§ Your goal: Below are the entries to work from; restate word for word the portion that opens with the line containing "#81=VERTEX_POINT('',#80);" and closes with the line containing "#137=ORIENTED_EDGE('',*,*,#136,.T.);", keeping both.

§ Source information:
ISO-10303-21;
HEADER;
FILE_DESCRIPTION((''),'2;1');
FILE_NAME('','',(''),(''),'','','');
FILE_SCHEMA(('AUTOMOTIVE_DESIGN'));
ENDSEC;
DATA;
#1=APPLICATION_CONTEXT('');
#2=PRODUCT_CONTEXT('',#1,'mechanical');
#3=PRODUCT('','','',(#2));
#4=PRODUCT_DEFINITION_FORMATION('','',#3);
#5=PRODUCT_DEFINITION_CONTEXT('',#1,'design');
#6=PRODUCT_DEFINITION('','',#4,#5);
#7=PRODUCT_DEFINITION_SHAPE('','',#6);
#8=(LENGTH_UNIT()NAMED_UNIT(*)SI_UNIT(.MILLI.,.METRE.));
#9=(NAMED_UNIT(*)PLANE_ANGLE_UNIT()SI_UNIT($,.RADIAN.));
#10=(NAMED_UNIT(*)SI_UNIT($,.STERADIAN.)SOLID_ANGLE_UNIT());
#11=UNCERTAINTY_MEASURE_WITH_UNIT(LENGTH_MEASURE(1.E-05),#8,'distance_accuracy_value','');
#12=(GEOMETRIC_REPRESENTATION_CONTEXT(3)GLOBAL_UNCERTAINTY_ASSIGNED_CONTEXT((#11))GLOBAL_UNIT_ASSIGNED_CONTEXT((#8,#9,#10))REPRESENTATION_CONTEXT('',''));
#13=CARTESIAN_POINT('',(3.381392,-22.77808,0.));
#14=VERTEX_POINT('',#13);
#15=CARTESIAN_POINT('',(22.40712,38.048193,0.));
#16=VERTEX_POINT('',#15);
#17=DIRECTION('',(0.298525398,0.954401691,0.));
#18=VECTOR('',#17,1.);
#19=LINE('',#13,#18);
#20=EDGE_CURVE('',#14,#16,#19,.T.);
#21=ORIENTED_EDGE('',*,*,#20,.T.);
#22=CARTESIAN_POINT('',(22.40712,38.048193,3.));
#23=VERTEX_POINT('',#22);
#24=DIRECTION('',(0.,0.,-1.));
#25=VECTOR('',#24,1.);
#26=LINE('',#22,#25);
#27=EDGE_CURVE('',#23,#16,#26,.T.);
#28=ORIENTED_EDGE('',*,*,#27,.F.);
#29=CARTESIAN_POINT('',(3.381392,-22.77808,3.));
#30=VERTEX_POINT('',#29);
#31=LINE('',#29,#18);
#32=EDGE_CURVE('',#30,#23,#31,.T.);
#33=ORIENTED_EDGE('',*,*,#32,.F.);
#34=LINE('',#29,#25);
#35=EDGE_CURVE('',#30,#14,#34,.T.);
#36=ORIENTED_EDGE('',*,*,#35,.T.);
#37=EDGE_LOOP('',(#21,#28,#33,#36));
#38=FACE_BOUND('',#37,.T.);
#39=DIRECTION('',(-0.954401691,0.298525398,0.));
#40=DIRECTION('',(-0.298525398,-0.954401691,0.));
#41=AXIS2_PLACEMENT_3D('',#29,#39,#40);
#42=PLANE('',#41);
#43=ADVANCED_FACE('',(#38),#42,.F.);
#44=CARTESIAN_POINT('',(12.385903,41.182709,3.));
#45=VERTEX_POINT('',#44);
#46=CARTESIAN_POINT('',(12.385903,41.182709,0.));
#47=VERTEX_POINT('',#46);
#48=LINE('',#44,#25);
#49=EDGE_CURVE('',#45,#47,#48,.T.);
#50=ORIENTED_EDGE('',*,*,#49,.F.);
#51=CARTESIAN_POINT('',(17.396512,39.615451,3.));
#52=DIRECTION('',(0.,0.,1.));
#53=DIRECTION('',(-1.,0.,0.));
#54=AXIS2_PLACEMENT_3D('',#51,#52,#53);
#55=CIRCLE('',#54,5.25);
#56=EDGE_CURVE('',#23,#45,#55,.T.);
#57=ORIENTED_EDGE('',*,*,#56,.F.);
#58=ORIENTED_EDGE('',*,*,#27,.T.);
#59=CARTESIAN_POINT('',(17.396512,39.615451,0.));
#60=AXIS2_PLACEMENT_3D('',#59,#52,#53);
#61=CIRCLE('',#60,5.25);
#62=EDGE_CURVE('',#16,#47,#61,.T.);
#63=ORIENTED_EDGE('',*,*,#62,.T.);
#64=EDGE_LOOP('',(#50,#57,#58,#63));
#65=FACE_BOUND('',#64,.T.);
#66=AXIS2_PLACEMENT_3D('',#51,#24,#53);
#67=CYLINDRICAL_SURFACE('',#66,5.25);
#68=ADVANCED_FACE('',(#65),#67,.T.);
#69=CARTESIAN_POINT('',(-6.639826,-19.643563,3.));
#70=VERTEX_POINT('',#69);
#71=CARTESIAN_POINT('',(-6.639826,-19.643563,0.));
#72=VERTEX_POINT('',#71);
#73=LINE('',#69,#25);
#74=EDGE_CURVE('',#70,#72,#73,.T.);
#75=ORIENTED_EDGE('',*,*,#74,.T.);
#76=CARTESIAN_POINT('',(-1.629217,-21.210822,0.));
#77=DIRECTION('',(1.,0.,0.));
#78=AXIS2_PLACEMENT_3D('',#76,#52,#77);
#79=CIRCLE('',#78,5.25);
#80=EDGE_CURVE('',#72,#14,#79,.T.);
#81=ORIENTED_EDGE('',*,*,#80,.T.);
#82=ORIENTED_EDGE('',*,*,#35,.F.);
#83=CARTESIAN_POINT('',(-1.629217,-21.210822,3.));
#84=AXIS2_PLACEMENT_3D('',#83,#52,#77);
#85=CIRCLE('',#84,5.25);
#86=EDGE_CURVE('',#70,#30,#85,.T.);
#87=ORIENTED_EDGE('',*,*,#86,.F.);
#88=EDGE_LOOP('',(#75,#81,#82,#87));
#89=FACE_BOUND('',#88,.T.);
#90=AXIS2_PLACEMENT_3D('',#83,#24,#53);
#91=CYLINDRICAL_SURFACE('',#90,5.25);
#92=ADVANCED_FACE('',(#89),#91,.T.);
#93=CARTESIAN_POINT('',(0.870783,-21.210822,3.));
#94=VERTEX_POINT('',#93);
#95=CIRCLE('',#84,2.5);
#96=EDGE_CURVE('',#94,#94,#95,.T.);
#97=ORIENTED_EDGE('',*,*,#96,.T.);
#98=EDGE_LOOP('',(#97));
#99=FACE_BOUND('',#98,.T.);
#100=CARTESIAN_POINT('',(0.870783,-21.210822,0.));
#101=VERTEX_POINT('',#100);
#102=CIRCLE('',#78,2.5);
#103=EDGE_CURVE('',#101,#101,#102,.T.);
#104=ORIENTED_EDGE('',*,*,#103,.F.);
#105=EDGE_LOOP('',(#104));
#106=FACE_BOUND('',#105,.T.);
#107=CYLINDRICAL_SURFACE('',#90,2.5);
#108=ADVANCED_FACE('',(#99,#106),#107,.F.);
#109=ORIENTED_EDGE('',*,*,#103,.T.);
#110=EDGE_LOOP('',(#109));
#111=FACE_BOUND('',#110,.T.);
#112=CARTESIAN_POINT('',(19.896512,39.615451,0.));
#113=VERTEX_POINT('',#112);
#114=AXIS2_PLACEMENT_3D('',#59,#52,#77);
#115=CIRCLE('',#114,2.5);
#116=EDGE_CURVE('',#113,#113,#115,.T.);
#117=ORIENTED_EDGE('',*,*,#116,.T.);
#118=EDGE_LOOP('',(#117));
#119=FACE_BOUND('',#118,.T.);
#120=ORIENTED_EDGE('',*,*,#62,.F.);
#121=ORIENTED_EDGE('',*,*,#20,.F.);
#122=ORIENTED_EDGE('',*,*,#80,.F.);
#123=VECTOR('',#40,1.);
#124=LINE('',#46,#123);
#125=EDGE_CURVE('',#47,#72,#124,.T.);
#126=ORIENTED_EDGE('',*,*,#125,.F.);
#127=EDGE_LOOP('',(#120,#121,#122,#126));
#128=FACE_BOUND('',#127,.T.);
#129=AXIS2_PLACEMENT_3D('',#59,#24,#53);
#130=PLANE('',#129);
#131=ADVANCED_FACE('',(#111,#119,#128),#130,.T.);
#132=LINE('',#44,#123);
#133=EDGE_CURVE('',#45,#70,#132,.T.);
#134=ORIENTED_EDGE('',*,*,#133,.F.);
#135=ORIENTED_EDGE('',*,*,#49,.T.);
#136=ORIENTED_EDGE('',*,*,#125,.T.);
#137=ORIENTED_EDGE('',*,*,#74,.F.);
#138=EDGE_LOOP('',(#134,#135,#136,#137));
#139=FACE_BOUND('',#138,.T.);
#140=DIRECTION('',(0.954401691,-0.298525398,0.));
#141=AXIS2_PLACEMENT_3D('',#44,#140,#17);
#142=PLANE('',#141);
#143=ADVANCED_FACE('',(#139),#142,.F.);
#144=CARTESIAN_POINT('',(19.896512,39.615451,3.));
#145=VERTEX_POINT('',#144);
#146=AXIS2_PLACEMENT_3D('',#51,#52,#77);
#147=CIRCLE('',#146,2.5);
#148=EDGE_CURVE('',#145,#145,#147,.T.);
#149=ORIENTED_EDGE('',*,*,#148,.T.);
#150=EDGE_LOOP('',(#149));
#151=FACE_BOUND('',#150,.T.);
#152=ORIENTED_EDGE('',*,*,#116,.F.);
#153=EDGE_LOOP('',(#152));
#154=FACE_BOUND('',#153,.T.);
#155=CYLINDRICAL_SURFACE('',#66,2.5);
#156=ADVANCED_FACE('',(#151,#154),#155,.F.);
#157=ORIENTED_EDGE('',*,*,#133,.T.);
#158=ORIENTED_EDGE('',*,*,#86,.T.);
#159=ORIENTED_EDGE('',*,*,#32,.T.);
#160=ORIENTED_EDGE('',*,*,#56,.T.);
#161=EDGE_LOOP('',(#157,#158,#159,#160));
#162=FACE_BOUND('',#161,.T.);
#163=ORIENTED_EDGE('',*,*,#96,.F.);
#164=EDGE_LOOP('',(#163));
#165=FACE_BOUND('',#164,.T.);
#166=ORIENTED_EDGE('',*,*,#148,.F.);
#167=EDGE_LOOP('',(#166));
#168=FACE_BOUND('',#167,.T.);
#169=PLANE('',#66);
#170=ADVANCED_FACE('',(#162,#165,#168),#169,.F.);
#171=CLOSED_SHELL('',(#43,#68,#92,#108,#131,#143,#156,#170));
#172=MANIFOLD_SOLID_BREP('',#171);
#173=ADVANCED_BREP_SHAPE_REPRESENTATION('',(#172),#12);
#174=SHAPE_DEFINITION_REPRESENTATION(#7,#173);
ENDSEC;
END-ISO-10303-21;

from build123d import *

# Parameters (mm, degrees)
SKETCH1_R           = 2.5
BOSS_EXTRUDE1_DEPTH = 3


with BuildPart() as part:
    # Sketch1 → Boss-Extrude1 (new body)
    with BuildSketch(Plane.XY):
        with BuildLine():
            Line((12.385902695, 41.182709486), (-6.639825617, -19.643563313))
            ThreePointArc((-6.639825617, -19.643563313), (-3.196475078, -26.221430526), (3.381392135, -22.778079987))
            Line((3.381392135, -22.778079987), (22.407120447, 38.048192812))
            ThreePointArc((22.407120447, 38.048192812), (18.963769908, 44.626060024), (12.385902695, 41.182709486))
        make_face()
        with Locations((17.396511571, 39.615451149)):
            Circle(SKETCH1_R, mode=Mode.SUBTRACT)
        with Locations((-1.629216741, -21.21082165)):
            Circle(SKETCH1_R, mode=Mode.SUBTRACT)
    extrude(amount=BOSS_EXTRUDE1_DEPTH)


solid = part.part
==
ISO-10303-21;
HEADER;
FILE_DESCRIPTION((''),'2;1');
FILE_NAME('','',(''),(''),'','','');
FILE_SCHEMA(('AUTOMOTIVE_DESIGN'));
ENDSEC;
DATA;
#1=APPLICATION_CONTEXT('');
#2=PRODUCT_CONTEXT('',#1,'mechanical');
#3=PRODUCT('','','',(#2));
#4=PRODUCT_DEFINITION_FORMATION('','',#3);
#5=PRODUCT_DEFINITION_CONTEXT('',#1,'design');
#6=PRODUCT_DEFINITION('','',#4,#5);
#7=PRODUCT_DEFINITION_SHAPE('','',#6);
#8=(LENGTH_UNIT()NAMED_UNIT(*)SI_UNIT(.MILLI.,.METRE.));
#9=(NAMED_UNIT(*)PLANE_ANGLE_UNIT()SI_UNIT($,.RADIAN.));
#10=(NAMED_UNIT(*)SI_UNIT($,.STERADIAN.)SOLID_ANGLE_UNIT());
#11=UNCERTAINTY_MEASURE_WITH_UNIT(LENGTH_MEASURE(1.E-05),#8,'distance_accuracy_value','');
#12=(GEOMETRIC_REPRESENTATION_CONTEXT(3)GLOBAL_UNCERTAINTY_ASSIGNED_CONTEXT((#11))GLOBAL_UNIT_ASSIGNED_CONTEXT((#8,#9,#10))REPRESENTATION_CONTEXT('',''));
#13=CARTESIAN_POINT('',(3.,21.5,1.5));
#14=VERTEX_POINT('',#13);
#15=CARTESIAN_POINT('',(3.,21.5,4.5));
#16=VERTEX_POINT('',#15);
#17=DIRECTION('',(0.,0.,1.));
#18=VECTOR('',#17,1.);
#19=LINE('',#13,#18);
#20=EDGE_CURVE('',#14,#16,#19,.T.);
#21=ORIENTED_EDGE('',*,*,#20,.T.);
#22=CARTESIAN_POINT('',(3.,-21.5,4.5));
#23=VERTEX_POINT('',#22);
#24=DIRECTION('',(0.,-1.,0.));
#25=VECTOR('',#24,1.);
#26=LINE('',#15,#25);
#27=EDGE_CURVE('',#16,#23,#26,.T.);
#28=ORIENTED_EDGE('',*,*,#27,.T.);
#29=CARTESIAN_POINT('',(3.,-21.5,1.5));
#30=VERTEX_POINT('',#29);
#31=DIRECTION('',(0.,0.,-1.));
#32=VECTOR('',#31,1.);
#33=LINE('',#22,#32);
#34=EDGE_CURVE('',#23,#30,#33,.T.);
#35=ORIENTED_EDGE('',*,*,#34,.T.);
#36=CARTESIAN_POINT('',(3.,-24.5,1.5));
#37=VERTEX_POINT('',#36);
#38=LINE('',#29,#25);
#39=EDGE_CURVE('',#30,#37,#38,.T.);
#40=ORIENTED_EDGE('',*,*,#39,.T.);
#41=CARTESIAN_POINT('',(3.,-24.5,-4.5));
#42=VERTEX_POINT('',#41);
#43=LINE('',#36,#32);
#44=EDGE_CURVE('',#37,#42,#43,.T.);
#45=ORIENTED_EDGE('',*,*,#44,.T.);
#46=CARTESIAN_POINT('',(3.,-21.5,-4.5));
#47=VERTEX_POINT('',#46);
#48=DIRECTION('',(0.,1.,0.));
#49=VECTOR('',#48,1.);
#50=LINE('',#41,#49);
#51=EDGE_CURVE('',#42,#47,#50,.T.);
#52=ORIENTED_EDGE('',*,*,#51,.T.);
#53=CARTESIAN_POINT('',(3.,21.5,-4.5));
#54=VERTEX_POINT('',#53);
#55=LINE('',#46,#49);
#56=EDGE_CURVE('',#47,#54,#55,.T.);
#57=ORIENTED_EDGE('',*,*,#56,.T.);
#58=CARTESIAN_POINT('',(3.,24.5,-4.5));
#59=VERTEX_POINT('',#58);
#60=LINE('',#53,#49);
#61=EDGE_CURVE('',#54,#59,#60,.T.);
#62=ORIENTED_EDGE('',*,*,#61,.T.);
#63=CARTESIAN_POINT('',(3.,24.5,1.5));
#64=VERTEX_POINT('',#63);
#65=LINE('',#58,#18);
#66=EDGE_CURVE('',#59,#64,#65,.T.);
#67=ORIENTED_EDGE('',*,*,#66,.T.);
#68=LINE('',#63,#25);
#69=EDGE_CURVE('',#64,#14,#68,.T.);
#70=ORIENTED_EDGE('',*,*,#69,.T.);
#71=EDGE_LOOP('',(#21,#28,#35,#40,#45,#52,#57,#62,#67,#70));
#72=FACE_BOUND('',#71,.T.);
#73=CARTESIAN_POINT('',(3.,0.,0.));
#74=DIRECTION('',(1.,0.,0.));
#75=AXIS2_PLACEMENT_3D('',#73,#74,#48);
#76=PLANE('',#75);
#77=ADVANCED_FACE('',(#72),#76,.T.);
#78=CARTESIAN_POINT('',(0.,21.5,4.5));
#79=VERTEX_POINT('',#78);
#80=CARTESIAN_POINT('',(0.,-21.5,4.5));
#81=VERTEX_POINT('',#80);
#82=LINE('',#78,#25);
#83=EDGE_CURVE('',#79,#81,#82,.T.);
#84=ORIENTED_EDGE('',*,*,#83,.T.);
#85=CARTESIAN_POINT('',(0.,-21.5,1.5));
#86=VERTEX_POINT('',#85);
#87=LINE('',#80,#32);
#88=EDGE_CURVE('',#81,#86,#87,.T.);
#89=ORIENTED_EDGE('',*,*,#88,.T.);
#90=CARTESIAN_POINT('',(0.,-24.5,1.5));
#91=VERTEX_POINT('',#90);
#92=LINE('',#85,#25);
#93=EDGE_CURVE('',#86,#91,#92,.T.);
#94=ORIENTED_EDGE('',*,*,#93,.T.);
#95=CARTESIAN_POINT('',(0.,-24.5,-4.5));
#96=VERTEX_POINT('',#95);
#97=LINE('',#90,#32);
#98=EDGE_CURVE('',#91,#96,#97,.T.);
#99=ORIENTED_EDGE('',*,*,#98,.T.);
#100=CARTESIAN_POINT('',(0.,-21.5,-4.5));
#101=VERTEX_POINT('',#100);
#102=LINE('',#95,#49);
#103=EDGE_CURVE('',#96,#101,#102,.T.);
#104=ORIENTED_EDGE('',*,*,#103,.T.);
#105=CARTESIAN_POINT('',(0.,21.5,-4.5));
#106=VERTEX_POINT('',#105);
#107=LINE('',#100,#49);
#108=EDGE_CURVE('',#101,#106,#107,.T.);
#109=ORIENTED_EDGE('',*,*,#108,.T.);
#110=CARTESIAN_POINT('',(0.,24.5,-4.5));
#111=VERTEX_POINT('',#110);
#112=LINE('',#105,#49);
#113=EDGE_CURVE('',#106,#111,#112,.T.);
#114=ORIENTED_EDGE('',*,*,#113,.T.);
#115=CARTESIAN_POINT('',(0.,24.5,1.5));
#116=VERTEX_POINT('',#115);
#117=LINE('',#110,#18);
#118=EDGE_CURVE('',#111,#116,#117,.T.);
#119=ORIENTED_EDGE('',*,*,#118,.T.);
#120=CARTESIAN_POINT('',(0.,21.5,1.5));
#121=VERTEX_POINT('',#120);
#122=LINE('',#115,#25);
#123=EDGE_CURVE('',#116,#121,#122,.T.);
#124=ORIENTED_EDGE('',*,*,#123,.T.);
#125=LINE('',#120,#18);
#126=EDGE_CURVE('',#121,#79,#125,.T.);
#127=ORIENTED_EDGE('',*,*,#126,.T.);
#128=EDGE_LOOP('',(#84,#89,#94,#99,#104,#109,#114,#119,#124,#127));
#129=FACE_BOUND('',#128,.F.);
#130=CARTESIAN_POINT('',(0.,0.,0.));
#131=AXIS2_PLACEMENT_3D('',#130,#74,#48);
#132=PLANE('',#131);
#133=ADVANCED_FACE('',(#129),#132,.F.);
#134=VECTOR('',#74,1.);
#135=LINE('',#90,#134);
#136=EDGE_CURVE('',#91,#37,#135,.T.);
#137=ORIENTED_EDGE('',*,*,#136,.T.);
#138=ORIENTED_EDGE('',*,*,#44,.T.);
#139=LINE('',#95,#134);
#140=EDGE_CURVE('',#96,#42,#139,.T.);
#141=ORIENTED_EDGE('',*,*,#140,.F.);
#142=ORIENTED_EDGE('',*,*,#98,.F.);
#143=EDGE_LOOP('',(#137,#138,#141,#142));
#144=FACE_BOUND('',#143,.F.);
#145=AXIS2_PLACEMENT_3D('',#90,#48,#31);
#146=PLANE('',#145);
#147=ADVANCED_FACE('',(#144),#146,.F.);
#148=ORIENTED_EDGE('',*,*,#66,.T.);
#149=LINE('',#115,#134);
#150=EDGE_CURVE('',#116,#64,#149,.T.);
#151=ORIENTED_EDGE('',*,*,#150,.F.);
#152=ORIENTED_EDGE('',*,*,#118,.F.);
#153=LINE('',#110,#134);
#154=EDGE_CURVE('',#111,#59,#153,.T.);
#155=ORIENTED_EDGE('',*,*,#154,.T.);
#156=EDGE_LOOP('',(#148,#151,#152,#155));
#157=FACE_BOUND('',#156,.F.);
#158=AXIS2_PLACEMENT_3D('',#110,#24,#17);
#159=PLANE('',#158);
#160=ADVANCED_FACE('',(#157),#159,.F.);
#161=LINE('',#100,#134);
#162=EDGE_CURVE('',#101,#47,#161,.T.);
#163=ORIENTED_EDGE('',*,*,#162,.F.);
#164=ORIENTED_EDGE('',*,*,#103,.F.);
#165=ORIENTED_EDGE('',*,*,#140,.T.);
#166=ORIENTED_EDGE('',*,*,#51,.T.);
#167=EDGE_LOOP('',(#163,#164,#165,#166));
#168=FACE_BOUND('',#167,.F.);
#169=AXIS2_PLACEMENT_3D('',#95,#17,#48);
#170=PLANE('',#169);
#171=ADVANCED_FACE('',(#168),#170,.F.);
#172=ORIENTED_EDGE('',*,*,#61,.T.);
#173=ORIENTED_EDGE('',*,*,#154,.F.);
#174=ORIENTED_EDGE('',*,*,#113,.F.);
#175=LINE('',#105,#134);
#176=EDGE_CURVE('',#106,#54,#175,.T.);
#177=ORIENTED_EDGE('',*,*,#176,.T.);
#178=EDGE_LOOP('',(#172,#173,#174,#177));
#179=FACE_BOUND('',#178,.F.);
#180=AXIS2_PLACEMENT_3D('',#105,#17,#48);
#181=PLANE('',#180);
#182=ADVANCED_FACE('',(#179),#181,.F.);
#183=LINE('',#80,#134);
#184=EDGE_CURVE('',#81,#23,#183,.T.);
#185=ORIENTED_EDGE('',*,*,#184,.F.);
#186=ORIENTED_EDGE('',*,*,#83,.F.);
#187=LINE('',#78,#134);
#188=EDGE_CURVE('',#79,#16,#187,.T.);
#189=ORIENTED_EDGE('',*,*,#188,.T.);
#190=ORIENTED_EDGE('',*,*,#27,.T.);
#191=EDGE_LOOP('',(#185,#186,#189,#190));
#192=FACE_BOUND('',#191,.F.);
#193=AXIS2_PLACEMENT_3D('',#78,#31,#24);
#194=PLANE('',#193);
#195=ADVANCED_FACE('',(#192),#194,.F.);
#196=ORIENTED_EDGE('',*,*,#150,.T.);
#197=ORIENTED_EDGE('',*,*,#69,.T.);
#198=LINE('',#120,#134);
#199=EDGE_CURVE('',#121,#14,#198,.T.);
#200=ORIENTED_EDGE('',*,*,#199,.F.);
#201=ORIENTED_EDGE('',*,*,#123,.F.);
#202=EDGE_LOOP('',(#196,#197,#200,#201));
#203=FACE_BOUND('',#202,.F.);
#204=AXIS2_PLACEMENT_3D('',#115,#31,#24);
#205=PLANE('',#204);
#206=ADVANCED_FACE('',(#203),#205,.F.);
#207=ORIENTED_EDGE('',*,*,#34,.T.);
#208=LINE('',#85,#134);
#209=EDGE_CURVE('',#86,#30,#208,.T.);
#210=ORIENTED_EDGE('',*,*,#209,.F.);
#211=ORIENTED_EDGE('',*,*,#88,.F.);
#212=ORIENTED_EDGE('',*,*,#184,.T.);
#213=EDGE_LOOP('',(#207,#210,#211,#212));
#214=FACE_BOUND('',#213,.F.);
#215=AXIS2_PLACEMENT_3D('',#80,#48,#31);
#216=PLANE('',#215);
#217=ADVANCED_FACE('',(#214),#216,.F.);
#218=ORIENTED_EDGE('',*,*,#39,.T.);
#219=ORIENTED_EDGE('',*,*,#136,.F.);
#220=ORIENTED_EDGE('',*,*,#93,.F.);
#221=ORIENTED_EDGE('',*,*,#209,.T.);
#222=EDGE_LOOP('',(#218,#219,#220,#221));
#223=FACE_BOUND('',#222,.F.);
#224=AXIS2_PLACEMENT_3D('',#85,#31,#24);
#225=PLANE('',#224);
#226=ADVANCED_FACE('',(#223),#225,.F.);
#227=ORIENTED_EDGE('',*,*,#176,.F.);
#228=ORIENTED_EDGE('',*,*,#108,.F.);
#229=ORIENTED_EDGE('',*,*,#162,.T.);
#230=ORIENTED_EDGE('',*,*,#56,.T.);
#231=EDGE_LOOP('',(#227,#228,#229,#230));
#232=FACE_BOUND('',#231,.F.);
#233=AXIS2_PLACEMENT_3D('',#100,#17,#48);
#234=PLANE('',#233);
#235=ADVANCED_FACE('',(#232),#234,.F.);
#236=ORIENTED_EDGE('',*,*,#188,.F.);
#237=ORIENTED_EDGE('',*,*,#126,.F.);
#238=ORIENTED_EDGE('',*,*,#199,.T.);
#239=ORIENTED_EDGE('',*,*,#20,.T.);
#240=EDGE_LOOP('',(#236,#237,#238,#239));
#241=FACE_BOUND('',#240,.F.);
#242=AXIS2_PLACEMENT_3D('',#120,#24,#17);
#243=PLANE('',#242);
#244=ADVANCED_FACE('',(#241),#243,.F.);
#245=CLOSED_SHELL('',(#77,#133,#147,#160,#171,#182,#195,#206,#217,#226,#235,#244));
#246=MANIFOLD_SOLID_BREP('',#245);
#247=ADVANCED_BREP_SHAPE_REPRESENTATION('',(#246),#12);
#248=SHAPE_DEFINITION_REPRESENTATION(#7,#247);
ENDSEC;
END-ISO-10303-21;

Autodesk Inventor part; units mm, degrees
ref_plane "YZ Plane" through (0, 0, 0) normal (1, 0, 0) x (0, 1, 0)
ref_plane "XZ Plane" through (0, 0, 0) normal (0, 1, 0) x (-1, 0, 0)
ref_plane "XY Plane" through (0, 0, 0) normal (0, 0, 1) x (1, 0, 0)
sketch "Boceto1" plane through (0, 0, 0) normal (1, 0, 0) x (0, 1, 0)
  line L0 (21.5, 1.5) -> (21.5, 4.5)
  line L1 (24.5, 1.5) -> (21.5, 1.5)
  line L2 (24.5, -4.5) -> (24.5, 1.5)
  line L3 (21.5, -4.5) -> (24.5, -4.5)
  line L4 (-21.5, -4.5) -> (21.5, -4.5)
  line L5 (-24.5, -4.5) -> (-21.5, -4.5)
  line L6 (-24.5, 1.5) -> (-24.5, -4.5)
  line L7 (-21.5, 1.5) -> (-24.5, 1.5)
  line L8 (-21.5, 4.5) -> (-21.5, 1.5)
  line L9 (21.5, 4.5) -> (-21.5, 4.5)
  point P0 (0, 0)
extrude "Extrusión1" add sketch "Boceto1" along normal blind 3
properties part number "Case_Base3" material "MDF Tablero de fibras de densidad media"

§ Response area:
#81=VERTEX_POINT('',#80);
#82=LINE('',#78,#25);
#83=EDGE_CURVE('',#79,#81,#82,.T.);
#84=ORIENTED_EDGE('',*,*,#83,.T.);
#85=CARTESIAN_POINT('',(0.,-21.5,1.5));
#86=VERTEX_POINT('',#85);
#87=LINE('',#80,#32);
#88=EDGE_CURVE('',#81,#86,#87,.T.);
#89=ORIENTED_EDGE('',*,*,#88,.T.);
#90=CARTESIAN_POINT('',(0.,-24.5,1.5));
#91=VERTEX_POINT('',#90);
#92=LINE('',#85,#25);
#93=EDGE_CURVE('',#86,#91,#92,.T.);
#94=ORIENTED_EDGE('',*,*,#93,.T.);
#95=CARTESIAN_POINT('',(0.,-24.5,-4.5));
#96=VERTEX_POINT('',#95);
#97=LINE('',#90,#32);
#98=EDGE_CURVE('',#91,#96,#97,.T.);
#99=ORIENTED_EDGE('',*,*,#98,.T.);
#100=CARTESIAN_POINT('',(0.,-21.5,-4.5));
#101=VERTEX_POINT('',#100);
#102=LINE('',#95,#49);
#103=EDGE_CURVE('',#96,#101,#102,.T.);
#104=ORIENTED_EDGE('',*,*,#103,.T.);
#105=CARTESIAN_POINT('',(0.,21.5,-4.5));
#106=VERTEX_POINT('',#105);
#107=LINE('',#100,#49);
#108=EDGE_CURVE('',#101,#106,#107,.T.);
#109=ORIENTED_EDGE('',*,*,#108,.T.);
#110=CARTESIAN_POINT('',(0.,24.5,-4.5));
#111=VERTEX_POINT('',#110);
#112=LINE('',#105,#49);
#113=EDGE_CURVE('',#106,#111,#112,.T.);
#114=ORIENTED_EDGE('',*,*,#113,.T.);
#115=CARTESIAN_POINT('',(0.,24.5,1.5));
#116=VERTEX_POINT('',#115);
#117=LINE('',#110,#18);
#118=EDGE_CURVE('',#111,#116,#117,.T.);
#119=ORIENTED_EDGE('',*,*,#118,.T.);
#120=CARTESIAN_POINT('',(0.,21.5,1.5));
#121=VERTEX_POINT('',#120);
#122=LINE('',#115,#25);
#123=EDGE_CURVE('',#116,#121,#122,.T.);
#124=ORIENTED_EDGE('',*,*,#123,.T.);
#125=LINE('',#120,#18);
#126=EDGE_CURVE('',#121,#79,#125,.T.);
#127=ORIENTED_EDGE('',*,*,#126,.T.);
#128=EDGE_LOOP('',(#84,#89,#94,#99,#104,#109,#114,#119,#124,#127));
#129=FACE_BOUND('',#128,.F.);
#130=CARTESIAN_POINT('',(0.,0.,0.));
#131=AXIS2_PLACEMENT_3D('',#130,#74,#48);
#132=PLANE('',#131);
#133=ADVANCED_FACE('',(#129),#132,.F.);
#134=VECTOR('',#74,1.);
#135=LINE('',#90,#134);
#136=EDGE_CURVE('',#91,#37,#135,.T.);
#137=ORIENTED_EDGE('',*,*,#136,.T.);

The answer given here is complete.